Procedure 3.850. (Doc. 12-2, Exs. 22, 25, 26, 27, 36). This federal habeas petition followed. (Docs. 1, 11). II. Standards of Review A. AEDPA The Antiterrorism and Effective Death Penalty Act (“AEDPA”) governs this proceeding. Carroll v. Sec’y, DOC, 574 F.3d 1354, 1364 (11th Cir. 2009). Habeas relief

can be granted only if a petitioner is in custody “in violation of the Constitution or laws or treaties of the United States.” 28 U.S.C. § 2254(a). Section 2254(d) provides that federal habeas relief cannot be granted on a claim adjudicated on the merits in state court unless the state court’s adjudication: (1) resulted in a decision that was contrary to, or involved an unreasonable application of, clearly established Federal law, as determined by the Supreme Court of the United States; or

(2) resulted in a decision that was based on an unreasonable determination of the facts in light of the evidence presented in the State court proceeding.
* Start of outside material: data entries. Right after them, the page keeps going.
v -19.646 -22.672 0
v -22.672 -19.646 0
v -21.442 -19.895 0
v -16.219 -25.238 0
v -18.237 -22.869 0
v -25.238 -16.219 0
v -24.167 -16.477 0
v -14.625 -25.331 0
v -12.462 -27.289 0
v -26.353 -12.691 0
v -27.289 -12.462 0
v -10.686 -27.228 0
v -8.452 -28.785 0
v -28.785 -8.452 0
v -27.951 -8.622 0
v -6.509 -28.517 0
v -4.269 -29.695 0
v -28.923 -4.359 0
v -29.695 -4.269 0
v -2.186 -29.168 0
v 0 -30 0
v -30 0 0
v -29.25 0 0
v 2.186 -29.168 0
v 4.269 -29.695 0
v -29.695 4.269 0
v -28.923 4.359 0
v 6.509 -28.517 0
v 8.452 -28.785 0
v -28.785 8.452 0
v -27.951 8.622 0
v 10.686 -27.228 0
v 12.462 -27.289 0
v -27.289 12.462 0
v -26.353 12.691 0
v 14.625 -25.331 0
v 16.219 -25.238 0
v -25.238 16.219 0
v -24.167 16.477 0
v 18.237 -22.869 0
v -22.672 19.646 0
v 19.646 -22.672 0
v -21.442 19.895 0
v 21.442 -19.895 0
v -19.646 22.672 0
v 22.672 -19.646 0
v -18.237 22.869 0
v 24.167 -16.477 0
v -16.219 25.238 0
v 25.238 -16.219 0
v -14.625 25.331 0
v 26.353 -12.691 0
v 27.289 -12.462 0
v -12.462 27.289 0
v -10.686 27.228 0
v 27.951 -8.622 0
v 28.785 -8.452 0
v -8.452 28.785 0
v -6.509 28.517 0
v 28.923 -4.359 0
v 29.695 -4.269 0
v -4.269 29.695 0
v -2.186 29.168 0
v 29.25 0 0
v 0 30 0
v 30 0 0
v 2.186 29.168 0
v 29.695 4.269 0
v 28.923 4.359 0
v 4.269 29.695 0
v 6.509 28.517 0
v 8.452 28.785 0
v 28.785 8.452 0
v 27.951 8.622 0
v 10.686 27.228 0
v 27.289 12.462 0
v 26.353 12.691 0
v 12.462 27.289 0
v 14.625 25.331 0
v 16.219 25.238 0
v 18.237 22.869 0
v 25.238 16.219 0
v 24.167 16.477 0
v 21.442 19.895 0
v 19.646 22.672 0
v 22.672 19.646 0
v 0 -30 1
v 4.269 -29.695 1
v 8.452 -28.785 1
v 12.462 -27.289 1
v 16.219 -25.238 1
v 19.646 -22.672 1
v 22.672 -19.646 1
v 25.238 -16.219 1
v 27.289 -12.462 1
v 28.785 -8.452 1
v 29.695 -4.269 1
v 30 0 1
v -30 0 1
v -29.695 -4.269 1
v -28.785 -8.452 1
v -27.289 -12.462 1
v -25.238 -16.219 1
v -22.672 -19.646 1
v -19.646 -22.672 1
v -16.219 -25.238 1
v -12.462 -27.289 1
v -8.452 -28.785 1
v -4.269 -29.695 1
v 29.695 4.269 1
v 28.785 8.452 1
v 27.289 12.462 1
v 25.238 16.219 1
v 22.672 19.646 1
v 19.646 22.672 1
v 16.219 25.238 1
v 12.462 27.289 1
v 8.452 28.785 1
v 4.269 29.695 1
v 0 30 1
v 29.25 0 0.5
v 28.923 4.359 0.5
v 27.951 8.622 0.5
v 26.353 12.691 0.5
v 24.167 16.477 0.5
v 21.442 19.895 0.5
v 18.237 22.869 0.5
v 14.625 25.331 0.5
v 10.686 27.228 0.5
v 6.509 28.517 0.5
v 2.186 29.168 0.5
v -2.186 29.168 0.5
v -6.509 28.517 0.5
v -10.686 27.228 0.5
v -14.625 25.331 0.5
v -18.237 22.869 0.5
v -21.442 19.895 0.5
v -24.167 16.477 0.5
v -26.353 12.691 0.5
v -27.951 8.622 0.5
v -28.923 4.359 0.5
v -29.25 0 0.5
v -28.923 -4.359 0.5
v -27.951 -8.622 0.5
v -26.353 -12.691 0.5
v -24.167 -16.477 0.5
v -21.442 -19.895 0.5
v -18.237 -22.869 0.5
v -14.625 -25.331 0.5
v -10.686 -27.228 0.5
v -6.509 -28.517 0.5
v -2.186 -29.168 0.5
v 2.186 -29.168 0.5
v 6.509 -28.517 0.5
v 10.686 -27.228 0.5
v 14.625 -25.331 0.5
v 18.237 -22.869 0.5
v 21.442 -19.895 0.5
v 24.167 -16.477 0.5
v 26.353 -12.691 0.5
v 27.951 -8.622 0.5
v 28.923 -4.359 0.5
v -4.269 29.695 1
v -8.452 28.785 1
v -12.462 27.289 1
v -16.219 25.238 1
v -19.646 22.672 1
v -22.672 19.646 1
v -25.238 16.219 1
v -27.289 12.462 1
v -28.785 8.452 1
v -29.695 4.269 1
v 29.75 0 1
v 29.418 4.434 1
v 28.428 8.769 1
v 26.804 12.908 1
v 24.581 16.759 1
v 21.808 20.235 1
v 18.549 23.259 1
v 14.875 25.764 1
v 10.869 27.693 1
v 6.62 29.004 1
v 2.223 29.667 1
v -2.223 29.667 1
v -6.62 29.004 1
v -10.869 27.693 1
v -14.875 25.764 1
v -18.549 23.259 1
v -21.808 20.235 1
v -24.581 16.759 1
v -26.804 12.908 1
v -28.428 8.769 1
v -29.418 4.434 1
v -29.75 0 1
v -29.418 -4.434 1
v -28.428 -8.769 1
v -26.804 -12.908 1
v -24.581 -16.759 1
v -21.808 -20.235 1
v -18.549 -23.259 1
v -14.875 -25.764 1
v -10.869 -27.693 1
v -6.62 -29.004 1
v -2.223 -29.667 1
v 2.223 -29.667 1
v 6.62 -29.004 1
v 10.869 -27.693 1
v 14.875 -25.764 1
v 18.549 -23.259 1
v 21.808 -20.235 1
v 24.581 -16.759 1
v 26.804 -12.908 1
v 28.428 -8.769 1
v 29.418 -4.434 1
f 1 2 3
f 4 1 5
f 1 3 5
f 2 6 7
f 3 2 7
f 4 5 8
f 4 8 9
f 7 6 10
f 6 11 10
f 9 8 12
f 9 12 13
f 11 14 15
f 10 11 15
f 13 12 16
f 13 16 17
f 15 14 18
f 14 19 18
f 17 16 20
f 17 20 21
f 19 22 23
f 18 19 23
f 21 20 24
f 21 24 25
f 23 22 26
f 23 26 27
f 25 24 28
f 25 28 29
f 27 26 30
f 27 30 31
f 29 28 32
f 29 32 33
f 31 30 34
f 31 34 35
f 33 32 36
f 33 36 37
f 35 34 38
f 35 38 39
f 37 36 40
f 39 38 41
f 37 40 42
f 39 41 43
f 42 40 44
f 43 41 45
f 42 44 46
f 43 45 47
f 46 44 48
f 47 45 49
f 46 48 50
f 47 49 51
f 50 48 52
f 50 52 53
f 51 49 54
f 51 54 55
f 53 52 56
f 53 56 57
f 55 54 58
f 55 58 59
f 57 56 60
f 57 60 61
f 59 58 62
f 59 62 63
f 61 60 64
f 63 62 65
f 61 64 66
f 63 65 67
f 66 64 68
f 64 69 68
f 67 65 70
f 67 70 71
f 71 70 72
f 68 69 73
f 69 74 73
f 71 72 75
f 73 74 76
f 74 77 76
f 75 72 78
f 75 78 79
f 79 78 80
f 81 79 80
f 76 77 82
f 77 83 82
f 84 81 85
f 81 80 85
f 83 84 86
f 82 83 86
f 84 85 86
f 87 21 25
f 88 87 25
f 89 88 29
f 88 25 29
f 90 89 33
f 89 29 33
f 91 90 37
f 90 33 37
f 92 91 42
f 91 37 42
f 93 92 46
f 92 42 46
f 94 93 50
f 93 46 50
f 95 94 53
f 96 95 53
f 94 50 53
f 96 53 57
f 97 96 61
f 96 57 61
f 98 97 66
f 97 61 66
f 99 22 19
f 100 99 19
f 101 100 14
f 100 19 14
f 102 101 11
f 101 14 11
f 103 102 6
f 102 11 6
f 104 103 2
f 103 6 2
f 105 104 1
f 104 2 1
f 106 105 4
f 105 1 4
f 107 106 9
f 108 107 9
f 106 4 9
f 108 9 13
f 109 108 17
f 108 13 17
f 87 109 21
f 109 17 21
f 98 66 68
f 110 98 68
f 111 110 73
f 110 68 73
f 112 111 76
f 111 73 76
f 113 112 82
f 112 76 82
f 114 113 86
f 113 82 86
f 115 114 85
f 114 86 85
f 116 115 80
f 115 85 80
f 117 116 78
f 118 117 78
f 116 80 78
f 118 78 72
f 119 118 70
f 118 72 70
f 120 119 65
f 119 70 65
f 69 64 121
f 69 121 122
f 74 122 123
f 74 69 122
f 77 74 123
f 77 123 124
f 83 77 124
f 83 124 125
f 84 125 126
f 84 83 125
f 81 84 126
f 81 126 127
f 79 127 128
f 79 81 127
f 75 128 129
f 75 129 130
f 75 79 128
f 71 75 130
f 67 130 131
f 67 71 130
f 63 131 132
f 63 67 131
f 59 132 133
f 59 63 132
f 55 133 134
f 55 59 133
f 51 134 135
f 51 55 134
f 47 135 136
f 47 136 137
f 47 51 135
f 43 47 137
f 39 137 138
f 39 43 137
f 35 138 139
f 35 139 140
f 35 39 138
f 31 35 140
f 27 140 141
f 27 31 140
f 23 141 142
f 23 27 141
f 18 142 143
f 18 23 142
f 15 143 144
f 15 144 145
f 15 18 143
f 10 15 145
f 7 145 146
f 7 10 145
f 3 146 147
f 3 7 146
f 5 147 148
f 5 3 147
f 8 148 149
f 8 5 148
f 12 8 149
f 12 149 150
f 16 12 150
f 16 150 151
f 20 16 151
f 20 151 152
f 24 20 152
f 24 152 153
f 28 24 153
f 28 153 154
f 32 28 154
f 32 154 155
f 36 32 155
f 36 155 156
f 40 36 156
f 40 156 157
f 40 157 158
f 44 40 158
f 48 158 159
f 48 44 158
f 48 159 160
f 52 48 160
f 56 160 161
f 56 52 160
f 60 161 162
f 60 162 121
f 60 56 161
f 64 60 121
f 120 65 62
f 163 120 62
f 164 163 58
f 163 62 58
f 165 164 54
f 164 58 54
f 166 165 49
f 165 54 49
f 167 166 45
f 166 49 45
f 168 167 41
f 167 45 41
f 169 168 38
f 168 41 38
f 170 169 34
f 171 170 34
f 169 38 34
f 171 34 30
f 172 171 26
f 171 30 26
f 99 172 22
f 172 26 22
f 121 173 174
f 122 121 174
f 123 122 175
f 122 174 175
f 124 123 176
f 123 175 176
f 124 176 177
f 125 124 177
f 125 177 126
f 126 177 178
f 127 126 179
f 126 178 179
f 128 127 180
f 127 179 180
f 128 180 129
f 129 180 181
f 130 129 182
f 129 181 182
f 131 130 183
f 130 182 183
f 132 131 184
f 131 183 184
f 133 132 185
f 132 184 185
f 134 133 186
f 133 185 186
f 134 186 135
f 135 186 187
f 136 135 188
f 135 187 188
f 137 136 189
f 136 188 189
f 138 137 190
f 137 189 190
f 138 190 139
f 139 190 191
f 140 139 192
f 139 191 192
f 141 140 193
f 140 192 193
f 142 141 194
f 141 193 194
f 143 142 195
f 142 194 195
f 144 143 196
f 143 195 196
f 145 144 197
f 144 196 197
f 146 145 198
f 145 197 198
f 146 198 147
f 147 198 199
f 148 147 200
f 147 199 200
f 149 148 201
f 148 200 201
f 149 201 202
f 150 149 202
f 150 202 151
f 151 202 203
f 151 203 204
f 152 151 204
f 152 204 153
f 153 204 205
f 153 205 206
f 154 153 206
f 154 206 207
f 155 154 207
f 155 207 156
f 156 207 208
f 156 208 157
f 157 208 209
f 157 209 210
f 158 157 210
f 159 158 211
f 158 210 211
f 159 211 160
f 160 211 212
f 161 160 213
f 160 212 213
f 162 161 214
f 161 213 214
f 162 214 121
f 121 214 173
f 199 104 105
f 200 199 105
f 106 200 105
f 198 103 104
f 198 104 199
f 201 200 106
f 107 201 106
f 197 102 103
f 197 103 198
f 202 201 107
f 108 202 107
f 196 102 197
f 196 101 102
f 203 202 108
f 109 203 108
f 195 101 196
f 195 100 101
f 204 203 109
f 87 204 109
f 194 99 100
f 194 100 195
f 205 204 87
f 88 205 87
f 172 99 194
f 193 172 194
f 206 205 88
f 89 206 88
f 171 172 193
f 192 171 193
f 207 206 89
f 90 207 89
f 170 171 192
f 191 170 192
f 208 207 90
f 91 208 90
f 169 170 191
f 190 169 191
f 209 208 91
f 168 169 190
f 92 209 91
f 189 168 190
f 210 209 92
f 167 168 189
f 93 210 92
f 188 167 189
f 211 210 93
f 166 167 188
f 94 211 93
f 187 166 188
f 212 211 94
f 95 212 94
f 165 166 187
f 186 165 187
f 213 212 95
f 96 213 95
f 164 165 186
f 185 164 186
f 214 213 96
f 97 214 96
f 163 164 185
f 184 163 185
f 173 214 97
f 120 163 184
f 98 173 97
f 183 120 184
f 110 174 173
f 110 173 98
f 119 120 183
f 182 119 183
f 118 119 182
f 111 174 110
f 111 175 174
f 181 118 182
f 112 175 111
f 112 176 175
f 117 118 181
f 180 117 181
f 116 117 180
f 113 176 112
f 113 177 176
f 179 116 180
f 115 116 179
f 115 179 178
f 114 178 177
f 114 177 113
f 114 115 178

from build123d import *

# Parameters (mm, degrees)
F0_R     = 29.25
F1_DEPTH = 1
F2_SIZE  = 0.5


with BuildPart() as f1:
    # F0 (on Top) → F1 (new body)
    with BuildSketch(Plane.XY):
        with BuildLine():
            ThreePointArc((30, 0), (21.213203, 21.213203), (0, 30))
            ThreePointArc((0, 30), (-21.213203, 21.213203), (-30, 0))
            ThreePointArc((-30, 0), (-21.213203, -21.213203), (0, -30))
            ThreePointArc((0, -30), (21.213203, -21.213203), (30, 0))
        make_face()
        Circle(F0_R, mode=Mode.SUBTRACT)
    extrude(amount=F1_DEPTH)

    # F2
    f2_edges = [f1.edges().sort_by_distance(p)[0] for p in [
        (-29.25, 0, 1),
    ]]
    chamfer(f2_edges, length=F2_SIZE)


solid = f1.part
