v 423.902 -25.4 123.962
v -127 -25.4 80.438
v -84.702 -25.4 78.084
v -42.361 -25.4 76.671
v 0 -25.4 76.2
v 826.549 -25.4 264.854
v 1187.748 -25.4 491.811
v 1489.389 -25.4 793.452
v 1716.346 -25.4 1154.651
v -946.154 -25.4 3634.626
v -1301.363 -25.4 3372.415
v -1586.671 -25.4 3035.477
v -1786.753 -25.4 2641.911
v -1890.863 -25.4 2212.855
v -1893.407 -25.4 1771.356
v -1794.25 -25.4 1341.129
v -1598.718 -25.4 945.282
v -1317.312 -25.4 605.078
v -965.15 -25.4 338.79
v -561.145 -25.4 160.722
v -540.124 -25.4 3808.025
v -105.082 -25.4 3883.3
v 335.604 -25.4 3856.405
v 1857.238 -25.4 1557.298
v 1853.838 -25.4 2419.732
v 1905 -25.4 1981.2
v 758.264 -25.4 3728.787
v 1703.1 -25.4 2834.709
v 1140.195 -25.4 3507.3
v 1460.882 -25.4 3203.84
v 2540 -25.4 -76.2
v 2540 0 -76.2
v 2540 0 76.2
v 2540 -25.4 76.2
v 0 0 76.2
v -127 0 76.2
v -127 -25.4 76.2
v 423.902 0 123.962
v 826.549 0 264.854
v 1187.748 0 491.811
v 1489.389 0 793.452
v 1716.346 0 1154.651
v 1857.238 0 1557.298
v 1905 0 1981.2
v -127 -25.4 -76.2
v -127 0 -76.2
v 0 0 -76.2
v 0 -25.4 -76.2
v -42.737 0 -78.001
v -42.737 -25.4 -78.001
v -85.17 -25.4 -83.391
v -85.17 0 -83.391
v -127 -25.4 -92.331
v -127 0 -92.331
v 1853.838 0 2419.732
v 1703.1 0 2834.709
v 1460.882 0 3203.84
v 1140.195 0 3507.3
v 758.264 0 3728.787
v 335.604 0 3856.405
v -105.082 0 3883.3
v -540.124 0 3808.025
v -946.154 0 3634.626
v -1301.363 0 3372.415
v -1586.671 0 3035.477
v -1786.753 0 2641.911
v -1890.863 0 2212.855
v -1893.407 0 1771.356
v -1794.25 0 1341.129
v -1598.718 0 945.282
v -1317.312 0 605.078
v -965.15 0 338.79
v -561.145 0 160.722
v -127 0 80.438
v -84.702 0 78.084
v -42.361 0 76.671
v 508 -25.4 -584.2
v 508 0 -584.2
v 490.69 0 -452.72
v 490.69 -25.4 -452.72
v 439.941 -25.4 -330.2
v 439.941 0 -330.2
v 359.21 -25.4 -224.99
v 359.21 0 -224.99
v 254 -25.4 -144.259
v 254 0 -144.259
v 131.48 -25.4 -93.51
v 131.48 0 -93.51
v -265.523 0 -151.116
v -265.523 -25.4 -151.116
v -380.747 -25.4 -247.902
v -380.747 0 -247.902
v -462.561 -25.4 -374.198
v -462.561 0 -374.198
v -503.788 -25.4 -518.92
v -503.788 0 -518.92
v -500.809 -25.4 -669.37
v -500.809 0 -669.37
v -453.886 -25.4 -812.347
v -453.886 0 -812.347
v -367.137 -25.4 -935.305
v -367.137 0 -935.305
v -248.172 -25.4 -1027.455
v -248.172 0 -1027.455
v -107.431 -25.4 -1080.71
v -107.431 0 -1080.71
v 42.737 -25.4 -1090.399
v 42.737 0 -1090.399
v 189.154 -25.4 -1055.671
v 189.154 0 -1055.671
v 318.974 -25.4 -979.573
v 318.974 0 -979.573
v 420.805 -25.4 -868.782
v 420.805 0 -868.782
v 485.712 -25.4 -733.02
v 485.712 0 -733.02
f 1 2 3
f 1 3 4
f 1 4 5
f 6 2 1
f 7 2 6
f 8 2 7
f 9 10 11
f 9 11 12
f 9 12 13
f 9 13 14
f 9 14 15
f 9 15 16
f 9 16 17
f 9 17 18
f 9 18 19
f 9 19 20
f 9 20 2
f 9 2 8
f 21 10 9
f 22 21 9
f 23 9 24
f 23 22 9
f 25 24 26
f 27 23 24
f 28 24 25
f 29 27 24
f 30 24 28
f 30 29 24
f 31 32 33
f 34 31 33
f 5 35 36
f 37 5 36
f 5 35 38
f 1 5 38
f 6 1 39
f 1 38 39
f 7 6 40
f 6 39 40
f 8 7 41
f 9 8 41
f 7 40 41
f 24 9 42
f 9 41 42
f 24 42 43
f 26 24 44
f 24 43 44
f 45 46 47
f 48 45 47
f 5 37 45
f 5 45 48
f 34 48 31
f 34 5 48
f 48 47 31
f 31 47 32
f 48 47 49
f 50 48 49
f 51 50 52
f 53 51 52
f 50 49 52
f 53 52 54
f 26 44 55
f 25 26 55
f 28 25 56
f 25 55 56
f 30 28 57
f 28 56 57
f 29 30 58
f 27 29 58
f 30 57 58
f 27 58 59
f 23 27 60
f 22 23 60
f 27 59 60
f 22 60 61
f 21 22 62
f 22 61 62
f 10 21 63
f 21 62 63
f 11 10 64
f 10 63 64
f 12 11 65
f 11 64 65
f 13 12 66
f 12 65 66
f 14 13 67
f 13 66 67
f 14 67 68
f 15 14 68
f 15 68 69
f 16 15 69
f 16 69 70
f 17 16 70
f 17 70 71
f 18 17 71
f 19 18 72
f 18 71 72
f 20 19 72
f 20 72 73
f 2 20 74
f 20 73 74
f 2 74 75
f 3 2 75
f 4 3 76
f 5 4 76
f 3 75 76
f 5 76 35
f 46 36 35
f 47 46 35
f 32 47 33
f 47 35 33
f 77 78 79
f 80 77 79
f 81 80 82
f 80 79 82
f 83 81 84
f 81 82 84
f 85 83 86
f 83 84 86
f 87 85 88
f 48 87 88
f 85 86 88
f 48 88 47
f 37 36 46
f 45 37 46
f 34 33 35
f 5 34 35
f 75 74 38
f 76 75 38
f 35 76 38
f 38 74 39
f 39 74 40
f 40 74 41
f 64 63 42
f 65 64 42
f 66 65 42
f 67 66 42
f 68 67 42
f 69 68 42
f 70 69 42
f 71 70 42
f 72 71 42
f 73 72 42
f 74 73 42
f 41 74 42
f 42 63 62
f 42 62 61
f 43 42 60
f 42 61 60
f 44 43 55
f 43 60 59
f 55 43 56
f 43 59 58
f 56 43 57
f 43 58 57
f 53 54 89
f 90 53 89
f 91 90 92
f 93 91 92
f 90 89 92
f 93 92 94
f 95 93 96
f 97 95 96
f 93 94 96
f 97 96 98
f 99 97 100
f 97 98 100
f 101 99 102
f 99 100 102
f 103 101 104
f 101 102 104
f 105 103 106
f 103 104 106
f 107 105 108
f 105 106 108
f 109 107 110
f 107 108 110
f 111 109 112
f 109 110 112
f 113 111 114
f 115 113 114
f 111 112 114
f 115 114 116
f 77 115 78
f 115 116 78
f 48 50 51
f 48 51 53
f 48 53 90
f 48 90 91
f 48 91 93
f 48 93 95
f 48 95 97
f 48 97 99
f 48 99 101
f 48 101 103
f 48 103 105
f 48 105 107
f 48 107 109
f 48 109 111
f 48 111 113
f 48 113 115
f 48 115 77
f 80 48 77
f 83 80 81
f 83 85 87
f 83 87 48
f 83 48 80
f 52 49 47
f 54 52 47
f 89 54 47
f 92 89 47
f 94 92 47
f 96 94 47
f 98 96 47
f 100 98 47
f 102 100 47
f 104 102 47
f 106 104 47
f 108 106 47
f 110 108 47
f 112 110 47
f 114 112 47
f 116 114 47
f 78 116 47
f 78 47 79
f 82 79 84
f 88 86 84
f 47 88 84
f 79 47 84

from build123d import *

# Parameters (mm, degrees)
F1_DEPTH = 25.4


with BuildPart() as f1:
    # F0 (on Front) → F1 (new body)
    with BuildSketch(Plane.XZ):
        with BuildLine():
            ThreePointArc((-3e-06, 76.2), (1347.038417, 634.161581), (1905, 1981.2))
            ThreePointArc((1905, 1981.2), (-1301.362747, 3372.415296), (-127, 80.438048))
            ThreePointArc((-127, 80.438048), (-63.535348, 77.259807), (-3e-06, 76.2))
        make_face()
        Polygon((2540, 76.2), (-3e-06, 76.2), (-127, 76.2), (-127, -76.2), (1e-06, -76.2), (2540, -76.2), align=None)
        with BuildLine():
            ThreePointArc((508, -584.2), (359.210245, -224.989755), (1e-06, -76.2))
            ThreePointArc((1e-06, -76.2), (-64.01018, -80.248914), (-127, -92.331115))
            ThreePointArc((-127, -92.331115), (-311.085197, -985.809263), (508, -584.2))
        make_face()
    extrude(amount=F1_DEPTH)


solid = f1.part
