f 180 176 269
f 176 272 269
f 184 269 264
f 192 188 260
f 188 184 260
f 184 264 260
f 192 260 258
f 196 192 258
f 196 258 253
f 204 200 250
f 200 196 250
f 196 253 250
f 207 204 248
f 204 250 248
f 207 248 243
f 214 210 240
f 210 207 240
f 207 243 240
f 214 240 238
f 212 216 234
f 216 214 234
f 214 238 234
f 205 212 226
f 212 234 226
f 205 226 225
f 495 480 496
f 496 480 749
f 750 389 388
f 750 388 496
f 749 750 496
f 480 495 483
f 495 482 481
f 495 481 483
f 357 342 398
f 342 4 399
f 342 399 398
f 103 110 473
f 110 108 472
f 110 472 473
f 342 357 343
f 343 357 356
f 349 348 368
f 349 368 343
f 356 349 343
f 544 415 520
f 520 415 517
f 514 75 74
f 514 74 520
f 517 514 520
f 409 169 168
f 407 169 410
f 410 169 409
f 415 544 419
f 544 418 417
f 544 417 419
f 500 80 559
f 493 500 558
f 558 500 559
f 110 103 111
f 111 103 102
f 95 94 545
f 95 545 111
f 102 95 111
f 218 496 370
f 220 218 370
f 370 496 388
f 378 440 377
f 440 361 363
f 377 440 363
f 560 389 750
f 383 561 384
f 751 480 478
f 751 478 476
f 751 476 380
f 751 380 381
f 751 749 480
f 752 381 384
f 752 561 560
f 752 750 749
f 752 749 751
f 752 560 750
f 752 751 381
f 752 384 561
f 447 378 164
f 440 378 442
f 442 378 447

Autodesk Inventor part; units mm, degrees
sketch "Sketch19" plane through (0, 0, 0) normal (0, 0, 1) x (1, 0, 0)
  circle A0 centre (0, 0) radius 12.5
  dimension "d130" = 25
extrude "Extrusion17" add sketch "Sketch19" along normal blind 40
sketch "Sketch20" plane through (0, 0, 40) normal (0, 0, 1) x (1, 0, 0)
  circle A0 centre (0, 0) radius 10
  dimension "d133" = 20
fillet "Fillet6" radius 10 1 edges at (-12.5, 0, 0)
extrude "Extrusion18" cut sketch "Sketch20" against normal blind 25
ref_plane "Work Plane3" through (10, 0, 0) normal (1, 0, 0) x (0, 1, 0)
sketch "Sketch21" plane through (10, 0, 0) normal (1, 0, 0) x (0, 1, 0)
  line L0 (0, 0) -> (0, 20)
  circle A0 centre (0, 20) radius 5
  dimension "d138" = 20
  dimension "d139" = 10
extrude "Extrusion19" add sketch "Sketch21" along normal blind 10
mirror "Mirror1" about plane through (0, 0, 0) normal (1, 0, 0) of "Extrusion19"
A decision is “contrary to” clearly established federal law “if the state court arrives at a conclusion opposite to that reached by [the Supreme] Court on a question of law or if the state court decides a case differently than [the Supreme] Court has on a set of materially indistinguishable facts.” Williams v. Taylor, 529 U.S. 362, 413 (2000). A decision involves

1 The sexual predator designation was improper because that designation applies only “to an offense committed on or after October 1, 1993,” and Mr. Roberts’s “offense occurred approximately a decade prior to” that date. Roberts, 239 So. 3d at 1289. an “unreasonable application” of clearly established federal law “if the state court identifies the correct governing legal principle from [the Supreme] Court’s decisions but

unreasonably applies that principle to the facts of the prisoner’s case.” Id. AEDPA was meant “to prevent federal habeas ‘retrials’ and to ensure that state- court convictions are given effect to the extent possible under law.” Bell v. Cone, 535 U.S. 685, 693 (2002). Accordingly, “[t]he focus . . . is on whether the state court’s application of clearly established federal law is objectively unreasonable, and . . . an unreasonable application is different from an incorrect one.” Id. at 694; see also Harrington v. Richter,

562 U.S. 86, 103 (2011) (“As a condition for obtaining habeas corpus from a federal court, a state prisoner must show that the state court’s ruling on the claim being presented in federal court was so lacking in justification that there was an error well understood and comprehended in existing law beyond any possibility for fairminded disagreement.”).